START Records for this exercise

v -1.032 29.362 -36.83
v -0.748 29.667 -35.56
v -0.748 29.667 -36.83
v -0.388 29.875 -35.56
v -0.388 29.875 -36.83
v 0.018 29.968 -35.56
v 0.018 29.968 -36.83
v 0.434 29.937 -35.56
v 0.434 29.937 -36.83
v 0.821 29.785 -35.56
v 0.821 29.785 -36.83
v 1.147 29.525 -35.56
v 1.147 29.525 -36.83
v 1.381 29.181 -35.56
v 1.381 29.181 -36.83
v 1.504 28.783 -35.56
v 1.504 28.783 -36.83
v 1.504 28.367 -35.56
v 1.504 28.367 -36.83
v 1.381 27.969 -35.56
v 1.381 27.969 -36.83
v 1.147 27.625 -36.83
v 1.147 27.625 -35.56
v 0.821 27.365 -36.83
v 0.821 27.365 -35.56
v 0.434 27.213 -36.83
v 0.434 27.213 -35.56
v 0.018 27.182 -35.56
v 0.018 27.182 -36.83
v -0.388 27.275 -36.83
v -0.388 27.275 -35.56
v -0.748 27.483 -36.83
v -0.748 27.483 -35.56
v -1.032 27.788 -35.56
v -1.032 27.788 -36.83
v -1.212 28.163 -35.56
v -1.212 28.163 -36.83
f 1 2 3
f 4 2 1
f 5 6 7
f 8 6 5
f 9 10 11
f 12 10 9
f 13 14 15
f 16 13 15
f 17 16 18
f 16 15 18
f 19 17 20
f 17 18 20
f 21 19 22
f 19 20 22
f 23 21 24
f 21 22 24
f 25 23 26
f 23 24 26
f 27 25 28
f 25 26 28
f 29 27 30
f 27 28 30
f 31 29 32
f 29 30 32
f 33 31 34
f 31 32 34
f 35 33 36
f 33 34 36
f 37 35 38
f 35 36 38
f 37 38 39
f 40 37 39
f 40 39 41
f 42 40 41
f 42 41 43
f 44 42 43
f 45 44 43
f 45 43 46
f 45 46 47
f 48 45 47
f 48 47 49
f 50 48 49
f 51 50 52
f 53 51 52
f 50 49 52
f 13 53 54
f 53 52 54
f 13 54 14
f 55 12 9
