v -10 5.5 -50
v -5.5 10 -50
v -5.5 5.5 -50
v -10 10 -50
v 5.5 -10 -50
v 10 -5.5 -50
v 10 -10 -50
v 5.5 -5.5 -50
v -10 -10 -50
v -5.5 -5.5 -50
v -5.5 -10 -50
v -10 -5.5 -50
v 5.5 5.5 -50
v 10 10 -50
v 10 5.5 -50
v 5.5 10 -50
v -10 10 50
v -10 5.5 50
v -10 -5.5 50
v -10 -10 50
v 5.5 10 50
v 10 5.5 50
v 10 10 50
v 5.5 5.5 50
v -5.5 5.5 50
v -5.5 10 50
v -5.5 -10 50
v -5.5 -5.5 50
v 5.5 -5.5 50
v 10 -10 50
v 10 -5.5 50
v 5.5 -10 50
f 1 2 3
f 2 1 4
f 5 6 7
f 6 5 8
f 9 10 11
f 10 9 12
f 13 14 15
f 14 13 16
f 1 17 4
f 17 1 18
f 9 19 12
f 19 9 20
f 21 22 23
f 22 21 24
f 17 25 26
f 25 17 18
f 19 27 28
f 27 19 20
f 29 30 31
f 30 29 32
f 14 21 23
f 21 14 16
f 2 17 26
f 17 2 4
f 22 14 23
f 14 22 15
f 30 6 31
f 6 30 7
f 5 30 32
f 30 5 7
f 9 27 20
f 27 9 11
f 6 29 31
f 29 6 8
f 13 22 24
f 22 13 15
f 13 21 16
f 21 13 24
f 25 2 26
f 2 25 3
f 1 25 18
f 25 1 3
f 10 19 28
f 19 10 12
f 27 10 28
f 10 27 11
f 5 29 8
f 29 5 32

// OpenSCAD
$fn = 96;

length = 100;
size   = 20;

module extrusion2020(len=100, s=20) {
    // 20x20 T-slot extrusion, length along Z, centered on XY.
    // One connected solid: outer body minus connected slot/cavity network + center bore.
    eps = 0.25;

    // Key dimensions (mm) - approximate common 2020 profile
    slot_open_w   = 6.2;   // opening at the face
    slot_open_d   = 2.2;   // depth of the narrow opening from the face
    slot_neck_w   = 4.4;   // neck width
    slot_neck_d   = 4.8;   // neck depth from face
    slot_cav_w    = 11.0;  // inner cavity width (T area)
    slot_cav_d    = 7.6;   // cavity depth from face

    web_th        = 2.0;   // wall/web thickness
    center_bore_d = 5.2;   // typical 2020 center bore

    // Derived positions (from dimensions)
    face_y        = s/2;
    open_center_y = face_y - slot_open_d/2;
    neck_center_y = face_y - slot_neck_d/2;
    cav_center_y  = face_y - slot_cav_d/2;

    // Core void sized so cavities overlap it (ensures connected internal void network)
    core_half = max( (s/2) - slot_cav_d + web_th, 3.0 );
    core_size = 2*core_half;

    // Build as 2D profile extruded once to avoid axis/view confusion
    difference() {
        // Outer solid
        linear_extrude(height=len, center=true, convexity=10)
            square([s, s], center=true);

        // All voids (extruded together)
        linear_extrude(height=len + 2*eps, center=true, convexity=10) {
            // Center bore
            circle(d=center_bore_d);

            // Core void (connects all four slot cavities)
            square([core_size, core_size], center=true);

            // Four T-slots (2D cutouts)
            for (a = [0:90:270]) rotate(a) {
                // Opening
                translate([0, open_center_y])
                    square([slot_open_w, slot_open_d + eps], center=true);

                // Neck
                translate([0, neck_center_y])
                    square([slot_neck_w, slot_neck_d + eps], center=true);

                // Inner cavity (overlaps core)
                translate([0, cav_center_y])
                    square([slot_cav_w, slot_cav_d + eps], center=true);
            }
        }
    }
}

extrusion2020(length, size);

END Records for this exercise

Give back the whole listing. Match it exactly.

v -1.032 29.362 -36.83
v -0.748 29.667 -35.56
v -0.748 29.667 -36.83
v -0.388 29.875 -35.56
v -0.388 29.875 -36.83
v 0.018 29.968 -35.56
v 0.018 29.968 -36.83
v 0.434 29.937 -35.56
v 0.434 29.937 -36.83
v 0.821 29.785 -35.56
v 0.821 29.785 -36.83
v 1.147 29.525 -35.56
v 1.147 29.525 -36.83
v 1.381 29.181 -35.56
v 1.381 29.181 -36.83
v 1.504 28.783 -35.56
v 1.504 28.783 -36.83
v 1.504 28.367 -35.56
v 1.504 28.367 -36.83
v 1.381 27.969 -35.56
v 1.381 27.969 -36.83
v 1.147 27.625 -36.83
v 1.147 27.625 -35.56
v 0.821 27.365 -36.83
v 0.821 27.365 -35.56
v 0.434 27.213 -36.83
v 0.434 27.213 -35.56
v 0.018 27.182 -35.56
v 0.018 27.182 -36.83
v -0.388 27.275 -36.83
v -0.388 27.275 -35.56
v -0.748 27.483 -36.83
v -0.748 27.483 -35.56
v -1.032 27.788 -35.56
v -1.032 27.788 -36.83
v -1.212 28.163 -35.56
v -1.212 28.163 -36.83
f 1 2 3
f 4 2 1
f 5 6 7
f 8 6 5
f 9 10 11
f 12 10 9
f 13 14 15
f 16 13 15
f 17 16 18
f 16 15 18
f 19 17 20
f 17 18 20
f 21 19 22
f 19 20 22
f 23 21 24
f 21 22 24
f 25 23 26
f 23 24 26
f 27 25 28
f 25 26 28
f 29 27 30
f 27 28 30
f 31 29 32
f 29 30 32
f 33 31 34
f 31 32 34
f 35 33 36
f 33 34 36
f 37 35 38
f 35 36 38
f 37 38 39
f 40 37 39
f 40 39 41
f 42 40 41
f 42 41 43
f 44 42 43
f 45 44 43
f 45 43 46
f 45 46 47
f 48 45 47
f 48 47 49
f 50 48 49
f 51 50 52
f 53 51 52
f 50 49 52
f 13 53 54
f 53 52 54
f 13 54 14
f 55 12 9
v -10 5.5 -50
v -5.5 10 -50
v -5.5 5.5 -50
v -10 10 -50
v 5.5 -10 -50
v 10 -5.5 -50
v 10 -10 -50
v 5.5 -5.5 -50
v -10 -10 -50
v -5.5 -5.5 -50
v -5.5 -10 -50
v -10 -5.5 -50
v 5.5 5.5 -50
v 10 10 -50
v 10 5.5 -50
v 5.5 10 -50
v -10 10 50
v -10 5.5 50
v -10 -5.5 50
v -10 -10 50
v 5.5 10 50
v 10 5.5 50
v 10 10 50
v 5.5 5.5 50
v -5.5 5.5 50
v -5.5 10 50
v -5.5 -10 50
v -5.5 -5.5 50
v 5.5 -5.5 50
v 10 -10 50
v 10 -5.5 50
v 5.5 -10 50
f 1 2 3
f 2 1 4
f 5 6 7
f 6 5 8
f 9 10 11
f 10 9 12
f 13 14 15
f 14 13 16
f 1 17 4
f 17 1 18
f 9 19 12
f 19 9 20
f 21 22 23
f 22 21 24
f 17 25 26
f 25 17 18
f 19 27 28
f 27 19 20
f 29 30 31
f 30 29 32
f 14 21 23
f 21 14 16
f 2 17 26
f 17 2 4
f 22 14 23
f 14 22 15
f 30 6 31
f 6 30 7
f 5 30 32
f 30 5 7
f 9 27 20
f 27 9 11
f 6 29 31
f 29 6 8
f 13 22 24
f 22 13 15
f 13 21 16
f 21 13 24
f 25 2 26
f 2 25 3
f 1 25 18
f 25 1 3
f 10 19 28
f 19 10 12
f 27 10 28
f 10 27 11
f 5 29 8
f 29 5 32

// OpenSCAD
$fn = 96;

length = 100;
size   = 20;

module extrusion2020(len=100, s=20) {
    // 20x20 T-slot extrusion, length along Z, centered on XY.
    // One connected solid: outer body minus connected slot/cavity network + center bore.
    eps = 0.25;

    // Key dimensions (mm) - approximate common 2020 profile
    slot_open_w   = 6.2;   // opening at the face
    slot_open_d   = 2.2;   // depth of the narrow opening from the face
    slot_neck_w   = 4.4;   // neck width
    slot_neck_d   = 4.8;   // neck depth from face
    slot_cav_w    = 11.0;  // inner cavity width (T area)
    slot_cav_d    = 7.6;   // cavity depth from face

    web_th        = 2.0;   // wall/web thickness
    center_bore_d = 5.2;   // typical 2020 center bore

    // Derived positions (from dimensions)
    face_y        = s/2;
    open_center_y = face_y - slot_open_d/2;
    neck_center_y = face_y - slot_neck_d/2;
    cav_center_y  = face_y - slot_cav_d/2;

    // Core void sized so cavities overlap it (ensures connected internal void network)
    core_half = max( (s/2) - slot_cav_d + web_th, 3.0 );
    core_size = 2*core_half;

    // Build as 2D profile extruded once to avoid axis/view confusion
    difference() {
        // Outer solid
        linear_extrude(height=len, center=true, convexity=10)
            square([s, s], center=true);

        // All voids (extruded together)
        linear_extrude(height=len + 2*eps, center=true, convexity=10) {
            // Center bore
            circle(d=center_bore_d);

            // Core void (connects all four slot cavities)
            square([core_size, core_size], center=true);

            // Four T-slots (2D cutouts)
            for (a = [0:90:270]) rotate(a) {
                // Opening
                translate([0, open_center_y])
                    square([slot_open_w, slot_open_d + eps], center=true);

                // Neck
                translate([0, neck_center_y])
                    square([slot_neck_w, slot_neck_d + eps], center=true);

                // Inner cavity (overlaps core)
                translate([0, cav_center_y])
                    square([slot_cav_w, slot_cav_d + eps], center=true);
            }
        }
    }
}

extrusion2020(length, size);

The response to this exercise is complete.